Once you have this reference picture you'd set the white and black levels based on the white and black objects. In Photoshop this would involve the Levels function. I don't have Paintshop Pro so I don't know how it's done there. Write down the values for these points and apply them to photos taken without the objects. This should get you in the ballpark.


----------



## Sir_BlackhOle (Jan 25, 2004)

the wb was on auto. my camera is an olympus c700 uz. it has a manual white balance, i just wasnt sure how to use it. from what youve mentioned, i should be able to put something white and black in the tank, adjust the wb, then remove the objects and take the shot? 

thanks!


----------



## Edward (May 25, 2004)

*Re: What's wrong with this picture, so yellow*



Sir_BlackhOle said:


> Why does everything seem so yellow?


Let me guess ... you have an LCD.
I've had the same complains from several people. Pictures to be too yellow.

I tested several LCDs, from LCD monitors to LCD HDTV televisions LG RU23LZ21. They all looked the same. Yellow.

This was then compared on 2 Sony trinitron PC monitors and one professional Sony PC monitor. Result? No yellow, but perfectly balanced pictures.

This is your original:









This is balanced in Photoshop:









The colour balancing process made it even worse on LCDs. Though, they look perfect on Trinitron machines.

Edward


----------



## Sir_BlackhOle (Jan 25, 2004)

Actually I have a 19" flat screen crt....maybe the colors arent set correctly on it?

p.s. thanks for cleaning up that pic for me!


----------



## Edward (May 25, 2004)

Sir_BlackhOle said:


> Actually I have a 19" flat screen crt....maybe the colors arent set correctly on it?


Here http://www.aquaticplantcentral.com/forum/viewtopic.php?p=20208#20208 I uploaded one nice program and simple explanation how to check monitor alignment.

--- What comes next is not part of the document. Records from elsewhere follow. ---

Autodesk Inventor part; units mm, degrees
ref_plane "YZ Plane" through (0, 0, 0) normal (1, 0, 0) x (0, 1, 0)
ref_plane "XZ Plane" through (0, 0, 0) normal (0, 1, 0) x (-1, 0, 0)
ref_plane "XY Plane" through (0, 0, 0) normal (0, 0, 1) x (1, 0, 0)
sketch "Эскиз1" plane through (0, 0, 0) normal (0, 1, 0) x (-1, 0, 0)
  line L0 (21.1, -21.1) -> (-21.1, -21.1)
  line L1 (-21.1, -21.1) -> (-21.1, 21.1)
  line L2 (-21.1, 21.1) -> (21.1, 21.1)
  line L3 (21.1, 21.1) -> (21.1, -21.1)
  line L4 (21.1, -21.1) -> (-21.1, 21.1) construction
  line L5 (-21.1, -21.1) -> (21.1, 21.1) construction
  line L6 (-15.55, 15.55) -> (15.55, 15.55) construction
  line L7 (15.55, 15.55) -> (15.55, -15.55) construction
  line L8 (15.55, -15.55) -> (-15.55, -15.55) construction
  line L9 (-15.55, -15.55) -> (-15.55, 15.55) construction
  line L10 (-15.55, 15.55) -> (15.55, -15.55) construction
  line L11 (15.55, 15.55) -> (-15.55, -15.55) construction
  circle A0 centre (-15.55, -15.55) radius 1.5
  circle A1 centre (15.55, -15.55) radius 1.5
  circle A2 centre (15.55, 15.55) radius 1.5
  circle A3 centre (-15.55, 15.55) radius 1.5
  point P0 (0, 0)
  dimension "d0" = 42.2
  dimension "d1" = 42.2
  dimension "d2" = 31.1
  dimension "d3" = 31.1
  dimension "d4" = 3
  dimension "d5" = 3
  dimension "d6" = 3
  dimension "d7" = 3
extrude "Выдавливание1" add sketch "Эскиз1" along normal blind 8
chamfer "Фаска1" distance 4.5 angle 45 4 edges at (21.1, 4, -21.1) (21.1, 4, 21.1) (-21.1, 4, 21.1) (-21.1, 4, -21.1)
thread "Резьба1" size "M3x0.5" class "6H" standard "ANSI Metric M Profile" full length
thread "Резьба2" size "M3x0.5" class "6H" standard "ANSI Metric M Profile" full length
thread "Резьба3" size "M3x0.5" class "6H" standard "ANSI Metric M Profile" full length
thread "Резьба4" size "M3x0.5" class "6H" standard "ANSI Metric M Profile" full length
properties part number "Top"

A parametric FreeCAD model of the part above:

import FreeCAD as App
import Part
import Sketcher

V = App.Vector


def edges_at(feature, points):
    """Names of the edges that pass closest to the given points."""
    edges = feature.Shape.Edges
    near = lambda p: min(range(len(edges)), key=lambda i: edges[i].distToShape(Part.Vertex(*p))[0])
    return sorted({f"Edge{near(p) + 1}" for p in points})

doc = App.newDocument("Part")
body = doc.addObject("PartDesign::Body", "Body")

# Sketch on XZ plane
sketch1 = body.newObject("Sketcher::SketchObject", "Sketch")
sketch1.AttachmentSupport = (doc.getObject("XZ_Plane"), [""])
sketch1.MapMode = "FlatFace"
sketch1.addGeometry(Part.LineSegment(V(21.1, -21.1, 0), V(-21.1, -21.1, 0)), False)
sketch1.addGeometry(Part.LineSegment(V(-21.1, -21.1, 0), V(-21.1, 21.1, 0)), False)
sketch1.addGeometry(Part.LineSegment(V(-21.1, 21.1, 0), V(21.1, 21.1, 0)), False)
sketch1.addGeometry(Part.LineSegment(V(21.1, 21.1, 0), V(21.1, -21.1, 0)), False)
sketch1.addGeometry(Part.Circle(V(15.6, -15.6, 0), V(0, 0, 1), 1.5), False)
sketch1.addGeometry(Part.Circle(V(-15.6, -15.6, 0), V(0, 0, 1), 1.5), False)
sketch1.addGeometry(Part.Circle(V(15.6, 15.6, 0), V(0, 0, 1), 1.5), False)
sketch1.addGeometry(Part.Circle(V(-15.6, 15.6, 0), V(0, 0, 1), 1.5), False)
sketch1.addConstraint(Sketcher.Constraint("Coincident", 0, 2, 1, 1))
sketch1.addConstraint(Sketcher.Constraint("Coincident", 1, 2, 2, 1))
sketch1.addConstraint(Sketcher.Constraint("Coincident", 2, 2, 3, 1))
sketch1.addConstraint(Sketcher.Constraint("Coincident", 3, 2, 0, 1))
sketch1.addConstraint(Sketcher.Constraint("Horizontal", 0))
sketch1.addConstraint(Sketcher.Constraint("Vertical", 1))
sketch1.addConstraint(Sketcher.Constraint("Horizontal", 2))
sketch1.addConstraint(Sketcher.Constraint("Vertical", 3))
sketch1.addConstraint(Sketcher.Constraint("Equal", 4, 5))
sketch1.addConstraint(Sketcher.Constraint("Equal", 5, 6))
sketch1.addConstraint(Sketcher.Constraint("Equal", 6, 7))
sketch1.addConstraint(Sketcher.Constraint("Symmetric", 5, 3, 6, 3, -1, 1))
sketch1.addConstraint(Sketcher.Constraint("Symmetric", 4, 3, 7, 3, -1, 1))
sketch1.addConstraint(Sketcher.Constraint("Symmetric", 0, 2, 2, 2, -1, 1))
sketch1.addConstraint(Sketcher.Constraint("Symmetric", 4, 3, 5, 3, -2))
sketch1.addConstraint(Sketcher.Constraint("Equal", 2, 1))
sketch1.addConstraint(Sketcher.Constraint("Diameter", 4, 3.0))
sketch1.addConstraint(Sketcher.Constraint("DistanceX", 0, 2, 0, 1, 42.2))
sketch1.addConstraint(Sketcher.Constraint("DistanceX", 5, 3, 4, 3, 31.1))
sketch1.addConstraint(Sketcher.Constraint("DistanceY", 4, 3, 6, 3, 31.1))
pad1 = body.newObject("PartDesign::Pad", "Pad")
pad1.Profile = sketch1
pad1.Length = 8
pad1.Reversed = True
doc.recompute()

chamfer = body.newObject("PartDesign::Chamfer", "Chamfer")
chamfer.Base = (pad1, edges_at(pad1, [
    (21.1, 4, -21.1),
    (21.1, 4, 21.1),
    (-21.1, 4, 21.1),
    (-21.1, 4, -21.1),
]))
chamfer.Size = 4.5

doc.recompute()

If you like I can do more of your pictures. The best results are with original jpg directly from camera, not modified in any way.

Edward


----------



## Sir_BlackhOle (Jan 25, 2004)

Thanks for the link! I've got the original pic at home....im here at work now. I'll post up the original tonight and maybe you can take a look at it for me if you dont mind.


----------



## Sir_BlackhOle (Jan 25, 2004)

Does that calibrator work with WinXP? Doesnt seem to here at work, but I'll try it at home where it really matters.


----------



## Edward (May 25, 2004)

Yes it does work with XP just fine.


----------



## Adam (Oct 19, 2004)

Heres what I came up with in Photoshop. I tried to move it a little further out of the yellow spectrum... I think I might have tweaked it a little too far out of "natural" but it has a nice green I think


----------



## Sir_BlackhOle (Jan 25, 2004)

Ive got to get a copy of Photoshop! Heres a link to the original, unedited shot. Its 5.5mb.

http://users.interconnect.net/csimms/P1010023.TIF

BTW the monitor calibrator works here at home  THANKS


----------



## Edward (May 25, 2004)

http://members.rogers.com/amadeuslem01/Aqua01/P1010023_02.jpg
(Not LCD friendly)


----------



## bharada (Apr 17, 2004)

The thing about adjusting WB post op is that you run a large risk of
blowing out some portion of the histogram when making the adjustments.
Digital photos fully follow the GIGO principle so in camera WB
adjustments are always best. That's why I always laugh at police/spy 
shows that can convert a fuzzy VHS video frame into a razor sharp image.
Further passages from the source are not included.